The film was the 2011 Nicolas Cage vehicle Season of the Witch. The unloved Nicolas Cage film Season of the Witch. The one with a 9% freshness rating on Rotten Tomatoes. The one with the reputation for being so dull that not even ironic Nicolas Cage fans can appreciate it. The one that was on Channel 5 all the time anyway.

Notflix ... Nicolas Cage in Season of the Witch. Photograph: Allstar/Momentum Pictures/Sportsphoto

At a certain point, you take these wayward recommendations to heart. “Do I really look like the sort of person who’d enjoy Season of the Witch?” you ask yourself. “Is that really what these people think of me?” But you can’t let it get to you. Netflix doesn’t know you. Netflix is an automated system governed by a crude algorithm. It doesn’t know that you like long, contemplative walks in the park. It doesn’t know that you regularly donate to charity. It can’t see into your soul.

Obviously, I didn’t watch Season of the Witch. I watched Hancock instead.

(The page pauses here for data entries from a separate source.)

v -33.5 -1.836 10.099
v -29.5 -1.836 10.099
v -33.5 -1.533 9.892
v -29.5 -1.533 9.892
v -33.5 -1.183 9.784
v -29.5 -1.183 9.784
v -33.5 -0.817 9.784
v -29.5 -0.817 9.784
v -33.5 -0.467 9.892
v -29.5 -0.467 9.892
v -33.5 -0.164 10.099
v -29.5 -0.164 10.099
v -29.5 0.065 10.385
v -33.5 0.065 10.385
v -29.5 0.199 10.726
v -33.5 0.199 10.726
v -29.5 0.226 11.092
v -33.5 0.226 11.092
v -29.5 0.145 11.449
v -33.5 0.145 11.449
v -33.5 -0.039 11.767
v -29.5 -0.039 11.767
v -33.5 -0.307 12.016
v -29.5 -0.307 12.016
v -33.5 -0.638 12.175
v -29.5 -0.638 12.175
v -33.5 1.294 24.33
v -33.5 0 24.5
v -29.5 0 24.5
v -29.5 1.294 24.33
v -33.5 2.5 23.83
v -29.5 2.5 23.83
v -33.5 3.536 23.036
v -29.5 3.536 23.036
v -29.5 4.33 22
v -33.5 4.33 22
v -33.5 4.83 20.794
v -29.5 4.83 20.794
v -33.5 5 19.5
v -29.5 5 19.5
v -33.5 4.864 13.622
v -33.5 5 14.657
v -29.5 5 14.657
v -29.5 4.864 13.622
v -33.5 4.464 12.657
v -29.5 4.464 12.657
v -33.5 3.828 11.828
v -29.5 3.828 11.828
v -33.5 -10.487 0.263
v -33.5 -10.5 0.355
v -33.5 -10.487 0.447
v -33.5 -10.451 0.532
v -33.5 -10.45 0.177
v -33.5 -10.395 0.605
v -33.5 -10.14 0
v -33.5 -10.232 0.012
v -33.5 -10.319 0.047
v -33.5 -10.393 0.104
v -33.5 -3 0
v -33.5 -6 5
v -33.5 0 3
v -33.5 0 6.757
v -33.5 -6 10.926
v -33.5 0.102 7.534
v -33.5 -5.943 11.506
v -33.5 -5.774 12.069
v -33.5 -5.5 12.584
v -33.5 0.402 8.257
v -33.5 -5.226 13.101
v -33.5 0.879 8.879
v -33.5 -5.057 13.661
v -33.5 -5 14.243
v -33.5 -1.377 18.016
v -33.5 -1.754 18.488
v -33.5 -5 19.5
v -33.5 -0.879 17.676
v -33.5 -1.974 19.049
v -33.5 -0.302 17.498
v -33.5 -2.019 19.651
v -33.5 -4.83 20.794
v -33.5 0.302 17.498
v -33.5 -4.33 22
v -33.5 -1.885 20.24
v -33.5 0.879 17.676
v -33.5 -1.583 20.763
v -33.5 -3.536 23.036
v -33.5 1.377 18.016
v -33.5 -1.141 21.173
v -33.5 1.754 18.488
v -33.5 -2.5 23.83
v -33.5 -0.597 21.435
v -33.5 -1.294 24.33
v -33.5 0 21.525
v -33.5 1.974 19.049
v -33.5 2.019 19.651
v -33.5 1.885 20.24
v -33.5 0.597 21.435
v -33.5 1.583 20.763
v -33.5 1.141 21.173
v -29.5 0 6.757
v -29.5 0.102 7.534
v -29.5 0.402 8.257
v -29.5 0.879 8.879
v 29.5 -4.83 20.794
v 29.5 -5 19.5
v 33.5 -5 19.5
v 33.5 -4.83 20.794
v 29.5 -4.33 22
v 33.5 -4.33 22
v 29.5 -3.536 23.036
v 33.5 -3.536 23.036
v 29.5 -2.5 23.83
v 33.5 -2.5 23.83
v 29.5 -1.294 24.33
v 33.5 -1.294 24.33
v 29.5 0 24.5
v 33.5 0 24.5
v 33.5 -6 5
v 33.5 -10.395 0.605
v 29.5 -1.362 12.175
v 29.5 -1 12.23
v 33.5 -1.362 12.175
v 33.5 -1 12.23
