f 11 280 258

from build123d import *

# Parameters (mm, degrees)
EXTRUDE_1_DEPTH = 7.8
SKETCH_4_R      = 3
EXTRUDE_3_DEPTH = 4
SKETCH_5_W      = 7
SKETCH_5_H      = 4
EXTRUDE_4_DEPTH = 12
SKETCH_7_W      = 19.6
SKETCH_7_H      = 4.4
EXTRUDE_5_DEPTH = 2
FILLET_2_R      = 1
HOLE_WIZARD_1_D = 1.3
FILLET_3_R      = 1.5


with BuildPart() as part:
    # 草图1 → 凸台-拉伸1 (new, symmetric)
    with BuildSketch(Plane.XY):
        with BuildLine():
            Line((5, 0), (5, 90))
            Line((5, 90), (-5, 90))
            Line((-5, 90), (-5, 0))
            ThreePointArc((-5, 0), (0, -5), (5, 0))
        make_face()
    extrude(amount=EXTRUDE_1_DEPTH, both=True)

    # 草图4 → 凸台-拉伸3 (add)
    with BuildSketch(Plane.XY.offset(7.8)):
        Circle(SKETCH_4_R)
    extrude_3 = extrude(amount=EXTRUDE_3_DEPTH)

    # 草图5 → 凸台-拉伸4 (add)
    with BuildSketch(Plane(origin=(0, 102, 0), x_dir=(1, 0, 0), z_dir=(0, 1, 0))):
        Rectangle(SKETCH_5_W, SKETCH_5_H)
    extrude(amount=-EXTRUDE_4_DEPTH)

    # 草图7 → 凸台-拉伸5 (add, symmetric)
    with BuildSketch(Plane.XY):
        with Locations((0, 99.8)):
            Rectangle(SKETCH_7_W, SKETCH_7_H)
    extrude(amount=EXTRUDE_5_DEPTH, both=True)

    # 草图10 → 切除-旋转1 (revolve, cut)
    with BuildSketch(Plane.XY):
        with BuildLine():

‘Facebook’s closely guarded algorithm gives me the heebie jeebies’

Archie Bland

I don’t want any new friends, if I’m honest. I don’t see enough of the ones I already have, and I can’t necessarily always exactly remember their names or their marital status or what they do for a living. Relax the definition of “friend” to include the prefix “Facebook” and my doubts grow. I do not consider the fact that Herman and I were once at the same primary school a strong enough reason to be confronted with his opinions on Calais.

Facebook is not having it, though. No matter how exhaustively you think you’ve compiled a list of the friends and “friends” you’ve accumulated over the years, there is always a bottomless list of “people you may know”. (Twitter does the same thing, but much less worryingly, because it’s always fine to be offered the chance to see more footballers uploading selfies, if that’s what you’re into.) Nor are they necessarily people you wish to be reminded of. Home-town nemeses, lunatic exes, friends of your parents: Mark Zuckerberg would like you to reconnect with them all.

Weirder still are the times Facebook is actually right. Oh, yes, you think, I remember her from that thing, I’d love to see a picture of her cat at a party with other cats. And then you think: hang on, how do they know?

What you realise is that your online life is far more integrated with your offline one than you thought, and that it has happened without you noticing. A glance at my current list brings up at least four people who are entirely outside of my regular circle, and I can’t quite see how Facebook has worked them out. (Also, inevitably, an ex and a bigot.) One of them, a long-ago interview subject who I’ve never emailed from my private email address, and with whom I have no friends in common nor have ever been tagged with in a photo – the obvious means for Facebook’s closely guarded algorithm to do its work – gives me the heebie jeebies. I’m about ready to call the information commissioner when I remember that I, er, did have a look at his account when I was working on that piece. Who knows? Maybe he’s since done the same, and that’s how we’ve been connected.

Even with this explanation available, my heebie jeebies haven’t dissipated. Still, I guess I can live with it. Invasive though it is, it’s also the price of the free internet – and the price of that sense of connection that I still, despite myself, find pleasant. Plus, I’m glad I got to see that cat party.